▶ **Work instruction**: Take the entries below and print, exactly, the stretch from the line containing "-28.354981926), (-17.206636662, -27.922333563))" through the line containing "# profile 1 of 4: a face of its own", both included.

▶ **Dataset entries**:
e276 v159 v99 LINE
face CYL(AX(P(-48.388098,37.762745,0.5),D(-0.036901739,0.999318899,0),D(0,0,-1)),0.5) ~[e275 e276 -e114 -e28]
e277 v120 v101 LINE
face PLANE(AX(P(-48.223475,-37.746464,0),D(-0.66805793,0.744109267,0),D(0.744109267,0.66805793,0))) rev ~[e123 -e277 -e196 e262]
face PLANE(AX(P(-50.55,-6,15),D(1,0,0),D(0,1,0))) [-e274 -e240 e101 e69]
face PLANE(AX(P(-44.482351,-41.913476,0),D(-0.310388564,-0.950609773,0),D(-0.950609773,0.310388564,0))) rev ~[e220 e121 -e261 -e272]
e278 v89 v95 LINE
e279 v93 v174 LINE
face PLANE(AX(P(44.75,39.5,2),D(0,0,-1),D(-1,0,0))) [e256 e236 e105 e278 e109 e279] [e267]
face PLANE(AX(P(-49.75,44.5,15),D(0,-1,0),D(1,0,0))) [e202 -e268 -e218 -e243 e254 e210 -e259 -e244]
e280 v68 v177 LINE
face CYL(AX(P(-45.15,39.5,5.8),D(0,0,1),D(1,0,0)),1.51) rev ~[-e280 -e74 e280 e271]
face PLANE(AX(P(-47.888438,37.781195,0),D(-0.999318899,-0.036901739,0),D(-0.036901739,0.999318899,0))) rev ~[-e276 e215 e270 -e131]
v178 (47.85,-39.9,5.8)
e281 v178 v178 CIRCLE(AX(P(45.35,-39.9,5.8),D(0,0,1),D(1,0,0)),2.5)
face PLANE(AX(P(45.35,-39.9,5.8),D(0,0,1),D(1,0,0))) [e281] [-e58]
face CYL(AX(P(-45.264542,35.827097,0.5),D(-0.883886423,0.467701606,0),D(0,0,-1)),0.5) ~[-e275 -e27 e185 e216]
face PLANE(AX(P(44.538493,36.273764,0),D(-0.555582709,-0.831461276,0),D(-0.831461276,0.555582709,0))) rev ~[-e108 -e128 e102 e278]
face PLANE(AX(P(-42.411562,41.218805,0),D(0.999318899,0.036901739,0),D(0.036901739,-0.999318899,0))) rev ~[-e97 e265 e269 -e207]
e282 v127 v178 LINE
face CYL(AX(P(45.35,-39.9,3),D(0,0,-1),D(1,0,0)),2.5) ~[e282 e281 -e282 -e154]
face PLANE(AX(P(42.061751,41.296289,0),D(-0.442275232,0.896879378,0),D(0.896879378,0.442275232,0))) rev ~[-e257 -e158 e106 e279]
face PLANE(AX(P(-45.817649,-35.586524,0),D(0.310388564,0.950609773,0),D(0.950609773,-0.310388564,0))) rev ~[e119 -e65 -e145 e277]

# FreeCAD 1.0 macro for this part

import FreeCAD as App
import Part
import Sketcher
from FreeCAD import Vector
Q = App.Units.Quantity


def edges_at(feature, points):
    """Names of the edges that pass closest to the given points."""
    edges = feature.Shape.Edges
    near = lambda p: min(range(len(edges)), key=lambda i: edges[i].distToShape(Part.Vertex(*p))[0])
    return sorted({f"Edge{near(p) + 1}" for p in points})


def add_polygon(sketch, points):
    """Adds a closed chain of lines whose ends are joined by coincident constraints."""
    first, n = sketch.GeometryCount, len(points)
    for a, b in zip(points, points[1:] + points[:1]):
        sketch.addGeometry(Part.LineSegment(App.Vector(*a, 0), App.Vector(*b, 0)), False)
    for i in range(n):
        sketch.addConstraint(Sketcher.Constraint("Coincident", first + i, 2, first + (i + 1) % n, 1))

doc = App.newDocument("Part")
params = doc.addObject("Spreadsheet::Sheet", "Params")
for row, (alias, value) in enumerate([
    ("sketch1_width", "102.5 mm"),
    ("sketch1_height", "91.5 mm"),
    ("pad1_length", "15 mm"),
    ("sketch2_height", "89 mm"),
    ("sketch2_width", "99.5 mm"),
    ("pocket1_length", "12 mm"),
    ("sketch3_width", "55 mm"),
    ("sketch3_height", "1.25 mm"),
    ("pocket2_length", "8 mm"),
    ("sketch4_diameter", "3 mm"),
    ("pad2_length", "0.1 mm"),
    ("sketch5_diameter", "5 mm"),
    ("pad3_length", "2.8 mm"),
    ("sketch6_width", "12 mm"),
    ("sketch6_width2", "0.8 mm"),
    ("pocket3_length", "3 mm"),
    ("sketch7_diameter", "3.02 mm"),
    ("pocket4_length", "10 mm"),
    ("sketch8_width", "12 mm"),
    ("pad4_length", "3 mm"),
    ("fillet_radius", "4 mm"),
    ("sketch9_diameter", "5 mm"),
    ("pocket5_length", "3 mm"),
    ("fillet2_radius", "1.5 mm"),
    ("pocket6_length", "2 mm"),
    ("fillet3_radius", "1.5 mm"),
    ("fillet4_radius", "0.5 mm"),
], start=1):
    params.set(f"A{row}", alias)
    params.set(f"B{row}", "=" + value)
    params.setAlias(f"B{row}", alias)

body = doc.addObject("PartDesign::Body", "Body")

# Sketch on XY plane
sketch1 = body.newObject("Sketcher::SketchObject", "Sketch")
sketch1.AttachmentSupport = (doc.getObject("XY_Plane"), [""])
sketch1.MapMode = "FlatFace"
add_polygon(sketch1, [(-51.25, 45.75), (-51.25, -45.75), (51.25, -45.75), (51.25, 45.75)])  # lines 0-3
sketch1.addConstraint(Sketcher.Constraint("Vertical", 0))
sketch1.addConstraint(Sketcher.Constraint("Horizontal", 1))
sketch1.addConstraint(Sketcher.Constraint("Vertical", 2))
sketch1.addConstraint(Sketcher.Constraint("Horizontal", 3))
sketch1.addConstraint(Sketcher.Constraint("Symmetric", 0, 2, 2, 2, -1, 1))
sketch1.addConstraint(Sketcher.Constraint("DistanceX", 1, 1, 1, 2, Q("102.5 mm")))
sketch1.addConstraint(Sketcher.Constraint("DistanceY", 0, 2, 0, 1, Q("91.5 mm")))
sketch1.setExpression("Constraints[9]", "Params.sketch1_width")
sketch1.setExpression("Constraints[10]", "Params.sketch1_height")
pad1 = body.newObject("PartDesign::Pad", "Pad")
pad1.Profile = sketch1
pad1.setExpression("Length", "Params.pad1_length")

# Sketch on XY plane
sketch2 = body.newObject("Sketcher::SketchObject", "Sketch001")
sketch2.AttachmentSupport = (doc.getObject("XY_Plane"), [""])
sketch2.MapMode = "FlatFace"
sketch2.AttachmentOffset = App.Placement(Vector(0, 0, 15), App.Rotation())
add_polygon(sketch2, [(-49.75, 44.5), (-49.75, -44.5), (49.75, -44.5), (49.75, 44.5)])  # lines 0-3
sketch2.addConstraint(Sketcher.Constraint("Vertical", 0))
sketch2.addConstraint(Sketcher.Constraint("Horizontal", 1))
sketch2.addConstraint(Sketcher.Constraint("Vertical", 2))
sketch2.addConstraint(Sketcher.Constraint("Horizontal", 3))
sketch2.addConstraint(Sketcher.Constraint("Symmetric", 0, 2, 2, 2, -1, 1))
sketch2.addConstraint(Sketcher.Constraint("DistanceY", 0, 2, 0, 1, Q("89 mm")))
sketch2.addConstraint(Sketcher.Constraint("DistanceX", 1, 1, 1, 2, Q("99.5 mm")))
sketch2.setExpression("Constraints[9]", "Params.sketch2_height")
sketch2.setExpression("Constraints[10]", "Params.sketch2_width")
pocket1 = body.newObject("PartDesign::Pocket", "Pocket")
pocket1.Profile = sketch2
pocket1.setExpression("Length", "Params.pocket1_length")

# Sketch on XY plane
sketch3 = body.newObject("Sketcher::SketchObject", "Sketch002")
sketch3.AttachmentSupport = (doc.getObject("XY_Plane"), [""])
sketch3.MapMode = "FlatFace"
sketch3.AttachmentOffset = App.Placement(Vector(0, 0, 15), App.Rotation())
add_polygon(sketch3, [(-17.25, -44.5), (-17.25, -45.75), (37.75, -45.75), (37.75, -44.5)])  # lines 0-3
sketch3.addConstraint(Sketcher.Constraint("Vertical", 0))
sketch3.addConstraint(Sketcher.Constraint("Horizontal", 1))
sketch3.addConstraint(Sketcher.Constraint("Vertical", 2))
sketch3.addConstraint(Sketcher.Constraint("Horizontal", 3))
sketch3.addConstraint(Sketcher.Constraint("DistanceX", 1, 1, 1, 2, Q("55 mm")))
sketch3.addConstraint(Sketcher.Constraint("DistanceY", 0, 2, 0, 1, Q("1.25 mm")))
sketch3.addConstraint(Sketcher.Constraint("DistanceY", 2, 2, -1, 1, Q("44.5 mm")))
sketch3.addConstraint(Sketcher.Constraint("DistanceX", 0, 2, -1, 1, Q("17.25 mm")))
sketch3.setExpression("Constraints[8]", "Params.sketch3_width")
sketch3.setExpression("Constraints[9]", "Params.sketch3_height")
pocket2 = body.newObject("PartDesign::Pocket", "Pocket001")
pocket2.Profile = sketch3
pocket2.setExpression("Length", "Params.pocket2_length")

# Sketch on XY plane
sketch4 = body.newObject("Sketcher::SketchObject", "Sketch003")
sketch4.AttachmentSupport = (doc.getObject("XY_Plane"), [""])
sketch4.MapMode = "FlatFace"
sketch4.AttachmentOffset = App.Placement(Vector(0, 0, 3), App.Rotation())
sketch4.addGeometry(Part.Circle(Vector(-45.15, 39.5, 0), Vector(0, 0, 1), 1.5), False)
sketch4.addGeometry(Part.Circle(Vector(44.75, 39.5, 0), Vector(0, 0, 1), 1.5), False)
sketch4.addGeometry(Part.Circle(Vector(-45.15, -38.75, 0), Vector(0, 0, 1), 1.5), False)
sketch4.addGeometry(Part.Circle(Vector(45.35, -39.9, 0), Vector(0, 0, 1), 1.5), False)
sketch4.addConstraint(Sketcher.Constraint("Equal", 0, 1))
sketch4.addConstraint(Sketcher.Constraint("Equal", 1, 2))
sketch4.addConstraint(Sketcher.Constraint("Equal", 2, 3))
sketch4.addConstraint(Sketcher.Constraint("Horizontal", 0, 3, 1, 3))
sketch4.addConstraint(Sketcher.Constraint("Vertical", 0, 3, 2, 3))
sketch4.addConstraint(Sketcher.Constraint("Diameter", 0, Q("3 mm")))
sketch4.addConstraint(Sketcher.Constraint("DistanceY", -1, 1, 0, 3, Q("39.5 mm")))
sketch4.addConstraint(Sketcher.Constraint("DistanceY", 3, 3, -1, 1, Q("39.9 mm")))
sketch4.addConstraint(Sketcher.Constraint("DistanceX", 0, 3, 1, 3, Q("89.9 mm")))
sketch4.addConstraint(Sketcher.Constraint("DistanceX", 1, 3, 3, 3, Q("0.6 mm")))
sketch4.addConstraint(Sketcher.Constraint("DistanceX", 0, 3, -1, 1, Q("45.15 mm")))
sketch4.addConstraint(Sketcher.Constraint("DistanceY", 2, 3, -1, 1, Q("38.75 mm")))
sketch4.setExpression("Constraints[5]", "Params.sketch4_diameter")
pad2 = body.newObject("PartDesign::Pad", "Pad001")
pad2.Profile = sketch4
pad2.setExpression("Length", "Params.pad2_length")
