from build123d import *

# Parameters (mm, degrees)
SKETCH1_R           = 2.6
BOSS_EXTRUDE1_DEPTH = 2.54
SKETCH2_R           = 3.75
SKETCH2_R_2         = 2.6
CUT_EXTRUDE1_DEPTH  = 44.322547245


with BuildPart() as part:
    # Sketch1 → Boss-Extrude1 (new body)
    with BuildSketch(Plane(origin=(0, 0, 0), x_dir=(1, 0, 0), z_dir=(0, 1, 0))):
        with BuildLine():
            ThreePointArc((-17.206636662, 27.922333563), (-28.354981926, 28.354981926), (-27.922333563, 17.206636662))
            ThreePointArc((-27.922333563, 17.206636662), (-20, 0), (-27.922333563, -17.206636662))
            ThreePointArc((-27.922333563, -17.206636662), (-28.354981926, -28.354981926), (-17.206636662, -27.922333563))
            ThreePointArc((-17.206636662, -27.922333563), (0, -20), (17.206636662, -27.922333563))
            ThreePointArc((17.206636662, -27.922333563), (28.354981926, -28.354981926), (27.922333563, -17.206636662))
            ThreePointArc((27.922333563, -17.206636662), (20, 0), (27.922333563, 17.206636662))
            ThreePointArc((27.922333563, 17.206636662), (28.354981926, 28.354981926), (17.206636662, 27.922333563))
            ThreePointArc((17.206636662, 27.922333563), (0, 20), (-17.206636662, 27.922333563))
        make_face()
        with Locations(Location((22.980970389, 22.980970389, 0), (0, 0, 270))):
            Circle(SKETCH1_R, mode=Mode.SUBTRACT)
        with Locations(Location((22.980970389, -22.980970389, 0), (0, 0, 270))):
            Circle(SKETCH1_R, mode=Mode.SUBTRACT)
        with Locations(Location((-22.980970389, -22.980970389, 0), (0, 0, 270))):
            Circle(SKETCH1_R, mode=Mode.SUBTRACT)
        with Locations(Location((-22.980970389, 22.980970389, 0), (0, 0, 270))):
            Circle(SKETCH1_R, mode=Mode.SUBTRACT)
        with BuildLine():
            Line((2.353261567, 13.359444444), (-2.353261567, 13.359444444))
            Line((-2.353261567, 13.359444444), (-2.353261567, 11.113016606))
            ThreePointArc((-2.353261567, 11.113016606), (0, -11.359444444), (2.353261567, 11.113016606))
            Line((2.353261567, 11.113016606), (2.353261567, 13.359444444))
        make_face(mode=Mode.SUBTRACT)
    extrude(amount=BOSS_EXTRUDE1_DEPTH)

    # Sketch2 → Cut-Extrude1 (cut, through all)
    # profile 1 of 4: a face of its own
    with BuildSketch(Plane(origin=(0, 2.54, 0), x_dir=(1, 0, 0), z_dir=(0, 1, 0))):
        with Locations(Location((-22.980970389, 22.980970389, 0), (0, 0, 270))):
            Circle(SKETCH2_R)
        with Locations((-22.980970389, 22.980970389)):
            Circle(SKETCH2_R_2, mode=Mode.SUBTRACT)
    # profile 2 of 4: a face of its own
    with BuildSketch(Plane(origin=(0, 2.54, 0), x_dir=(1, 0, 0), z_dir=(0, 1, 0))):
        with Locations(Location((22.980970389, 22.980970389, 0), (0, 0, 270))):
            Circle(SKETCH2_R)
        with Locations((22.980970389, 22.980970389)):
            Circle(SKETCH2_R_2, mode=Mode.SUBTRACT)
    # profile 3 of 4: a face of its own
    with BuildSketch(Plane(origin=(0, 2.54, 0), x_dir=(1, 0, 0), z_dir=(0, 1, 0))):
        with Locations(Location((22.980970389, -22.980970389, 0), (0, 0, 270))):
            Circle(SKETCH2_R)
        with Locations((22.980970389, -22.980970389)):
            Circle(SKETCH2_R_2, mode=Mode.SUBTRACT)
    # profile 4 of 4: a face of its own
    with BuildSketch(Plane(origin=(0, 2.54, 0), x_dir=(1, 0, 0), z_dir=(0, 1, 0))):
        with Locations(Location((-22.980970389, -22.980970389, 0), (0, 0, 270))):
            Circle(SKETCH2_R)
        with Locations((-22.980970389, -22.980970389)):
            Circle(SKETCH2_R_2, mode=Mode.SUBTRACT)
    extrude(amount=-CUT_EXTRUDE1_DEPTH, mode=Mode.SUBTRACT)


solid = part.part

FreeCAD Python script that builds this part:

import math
import FreeCAD as App
import Part
import Sketcher

V = App.Vector

doc = App.newDocument("Part")
body = doc.addObject("PartDesign::Body", "Body")

# Sketch on XZ plane
sketch1 = doc.addObject("Sketcher::SketchObject", "Sketch")
body.addObject(sketch1)
sketch1.AttachmentSupport = (doc.XZ_Plane, [""])
sketch1.MapMode = "FlatFace"
sketch1.addGeometry([
    Part.ArcOfCircle(Part.Circle(V(-23, -23, 0), V(0, 0, 1), 7.6), math.radians(131), math.radians(319)),  # 0
    Part.ArcOfCircle(Part.Circle(V(-42.6, 0, 0), V(0, 0, 1), 22.6), math.radians(-49), math.radians(49)),  # 1
    Part.ArcOfCircle(Part.Circle(V(-23, 23, 0), V(0, 0, 1), 7.6), math.radians(41), math.radians(229)),  # 2
    Part.ArcOfCircle(Part.Circle(V(0, 42.6, 0), V(0, 0, 1), 22.6), math.radians(-139), math.radians(-41)),  # 3
    Part.ArcOfCircle(Part.Circle(V(23, 23, 0), V(0, 0, 1), 7.6), math.radians(-49), math.radians(139)),  # 4
    Part.ArcOfCircle(Part.Circle(V(42.6, 0, 0), V(0, 0, 1), 22.6), math.radians(131), math.radians(229)),  # 5
    Part.ArcOfCircle(Part.Circle(V(23, -23, 0), V(0, 0, 1), 7.6), math.radians(-139), math.radians(49)),  # 6
    Part.ArcOfCircle(Part.Circle(V(0, -42.6, 0), V(0, 0, 1), 22.6), math.radians(41), math.radians(139)),  # 7
    Part.Circle(V(-23, 23, 0), V(0, 0, 1), 2.6),  # 8
    Part.Circle(V(23, 23, 0), V(0, 0, 1), 2.6),  # 9
    Part.Circle(V(-23, -23, 0), V(0, 0, 1), 2.6),  # 10
    Part.LineSegment(V(-2.4, -13.4, 0), V(2.4, -13.4, 0)),  # 11
    Part.LineSegment(V(2.4, -13.4, 0), V(2.4, -11.1, 0)),  # 12
    Part.ArcOfCircle(Part.Circle(V(0, 0, 0), V(0, 0, 1), 11.4), math.radians(-78), math.radians(258)),  # 13
    Part.LineSegment(V(-2.4, -11.1, 0), V(-2.4, -13.4, 0)),  # 14
    Part.Circle(V(23, -23, 0), V(0, 0, 1), 2.6),  # 15
], False)
sketch1.addConstraint([
    Sketcher.Constraint("Tangent", 0, 1, 1, 1),
    Sketcher.Constraint("Tangent", 1, 2, 2, 2),
    Sketcher.Constraint("Tangent", 2, 1, 3, 1),
    Sketcher.Constraint("Tangent", 3, 2, 4, 2),
    Sketcher.Constraint("Tangent", 4, 1, 5, 1),
    Sketcher.Constraint("Tangent", 5, 2, 6, 2),
    Sketcher.Constraint("Tangent", 6, 1, 7, 1),
    Sketcher.Constraint("Tangent", 7, 2, 0, 2),
    Sketcher.Constraint("Coincident", 11, 2, 12, 1),
    Sketcher.Constraint("Coincident", 12, 2, 13, 1),
    Sketcher.Constraint("Coincident", 13, 2, 14, 1),
    Sketcher.Constraint("Coincident", 14, 2, 11, 1),
    Sketcher.Constraint("Horizontal", 11),
    Sketcher.Constraint("Vertical", 12),
    Sketcher.Constraint("Vertical", 14),
    Sketcher.Constraint("Coincident", 13, 3, -1, 1),
    Sketcher.Constraint("Coincident", 8, 3, 2, 3),
    Sketcher.Constraint("Coincident", 9, 3, 4, 3),
    Sketcher.Constraint("Coincident", 10, 3, 0, 3),
    Sketcher.Constraint("Coincident", 15, 3, 6, 3),
    Sketcher.Constraint("Equal", 0, 2),
    Sketcher.Constraint("Equal", 1, 3),
    Sketcher.Constraint("Equal", 2, 4),
    Sketcher.Constraint("Equal", 3, 5),
    Sketcher.Constraint("Equal", 4, 6),
    Sketcher.Constraint("Equal", 5, 7),
    Sketcher.Constraint("Equal", 8, 9),
    Sketcher.Constraint("Equal", 9, 10),
    Sketcher.Constraint("Equal", 10, 15),
    Sketcher.Constraint("Symmetric", 0, 3, 4, 3, -1, 1),
    Sketcher.Constraint("Symmetric", 2, 3, 6, 3, -1, 1),
    Sketcher.Constraint("Symmetric", 2, 3, 4, 3, -2),
    Sketcher.Constraint("Horizontal", 12, 2, 13, 2),
    Sketcher.Constraint("Diameter", 8, 5.2),
    Sketcher.Constraint("Radius", 0, 7.6),
    Sketcher.Constraint("Radius", 1, 22.646845),
    Sketcher.Constraint("Radius", 13, 11.359444),
    Sketcher.Constraint("DistanceX", 7, 2, 11, 2, 19.559898),
    Sketcher.Constraint("DistanceX", 11, 1, 11, 2, 4.706523),
    Sketcher.Constraint("DistanceY", 12, 1, 12, 2, 2.246428),
    Sketcher.Constraint("DistanceY", 0, 3, -1, 1, 22.98097),
])
pad1 = doc.addObject("PartDesign::Pad", "Pad")
body.addObject(pad1)
pad1.Profile = sketch1
pad1.Length = 2.54
pad1.Reversed = True

# Sketch on XZ plane
sketch2 = doc.addObject("Sketcher::SketchObject", "Sketch001")
body.addObject(sketch2)
sketch2.AttachmentSupport = (doc.XZ_Plane, [""])
sketch2.MapMode = "FlatFace"
sketch2.AttachmentOffset = App.Placement(V(0, 0, -2.54), App.Rotation())
sketch2.addGeometry([
    Part.Circle(V(-23, -23, 0), V(0, 0, 1), 3.8),  # 0
    Part.Circle(V(-23, -23, 0), V(0, 0, 1), 2.6),  # 1
    Part.Circle(V(23, -23, 0), V(0, 0, 1), 3.8),  # 2
    Part.Circle(V(23, -23, 0), V(0, 0, 1), 2.6),  # 3
    Part.Circle(V(23, 23, 0), V(0, 0, 1), 3.8),  # 4
    Part.Circle(V(23, 23, 0), V(0, 0, 1), 2.6),  # 5
    Part.Circle(V(-23, 23, 0), V(0, 0, 1), 3.8),  # 6
    Part.Circle(V(-23, 23, 0), V(0, 0, 1), 2.6),  # 7
], False)
sketch2.addConstraint([
    Sketcher.Constraint("Coincident", 1, 3, 0, 3),
    Sketcher.Constraint("Coincident", 3, 3, 2, 3),
    Sketcher.Constraint("Coincident", 5, 3, 4, 3),
    Sketcher.Constraint("Coincident", 7, 3, 6, 3),
    Sketcher.Constraint("Equal", 0, 2),
    Sketcher.Constraint("Equal", 1, 3),
    Sketcher.Constraint("Equal", 2, 4),
    Sketcher.Constraint("Equal", 3, 5),
    Sketcher.Constraint("Equal", 4, 6),
    Sketcher.Constraint("Equal", 5, 7),
    Sketcher.Constraint("Symmetric", 0, 3, 4, 3, -1, 1),
    Sketcher.Constraint("Symmetric", 2, 3, 6, 3, -1, 1),
    Sketcher.Constraint("Symmetric", 0, 3, 2, 3, -2),
    Sketcher.Constraint("Diameter", 0, 7.5),
    Sketcher.Constraint("Diameter", 1, 5.2),
    Sketcher.Constraint("DistanceX", 0, 3, -1, 1, 22.98097),
    Sketcher.Constraint("DistanceY", 0, 3, -1, 1, 22.98097),
])
pocket1 = doc.addObject("PartDesign::Pocket", "Pocket")
body.addObject(pocket1)
pocket1.Profile = sketch2
pocket1.Length = 44.322547
pocket1.Reversed = True

doc.recompute()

▶ **Task response**:
            ThreePointArc((-27.922333563, -17.206636662), (-28.354981926, -28.354981926), (-17.206636662, -27.922333563))
            ThreePointArc((-17.206636662, -27.922333563), (0, -20), (17.206636662, -27.922333563))
            ThreePointArc((17.206636662, -27.922333563), (28.354981926, -28.354981926), (27.922333563, -17.206636662))
            ThreePointArc((27.922333563, -17.206636662), (20, 0), (27.922333563, 17.206636662))
            ThreePointArc((27.922333563, 17.206636662), (28.354981926, 28.354981926), (17.206636662, 27.922333563))
            ThreePointArc((17.206636662, 27.922333563), (0, 20), (-17.206636662, 27.922333563))
        make_face()
        with Locations(Location((22.980970389, 22.980970389, 0), (0, 0, 270))):
            Circle(SKETCH1_R, mode=Mode.SUBTRACT)
        with Locations(Location((22.980970389, -22.980970389, 0), (0, 0, 270))):
            Circle(SKETCH1_R, mode=Mode.SUBTRACT)
        with Locations(Location((-22.980970389, -22.980970389, 0), (0, 0, 270))):
            Circle(SKETCH1_R, mode=Mode.SUBTRACT)
        with Locations(Location((-22.980970389, 22.980970389, 0), (0, 0, 270))):
            Circle(SKETCH1_R, mode=Mode.SUBTRACT)
        with BuildLine():
            Line((2.353261567, 13.359444444), (-2.353261567, 13.359444444))
            Line((-2.353261567, 13.359444444), (-2.353261567, 11.113016606))
            ThreePointArc((-2.353261567, 11.113016606), (0, -11.359444444), (2.353261567, 11.113016606))
            Line((2.353261567, 11.113016606), (2.353261567, 13.359444444))
        make_face(mode=Mode.SUBTRACT)
    extrude(amount=BOSS_EXTRUDE1_DEPTH)

    # Sketch2 → Cut-Extrude1 (cut, through all)
    # profile 1 of 4: a face of its own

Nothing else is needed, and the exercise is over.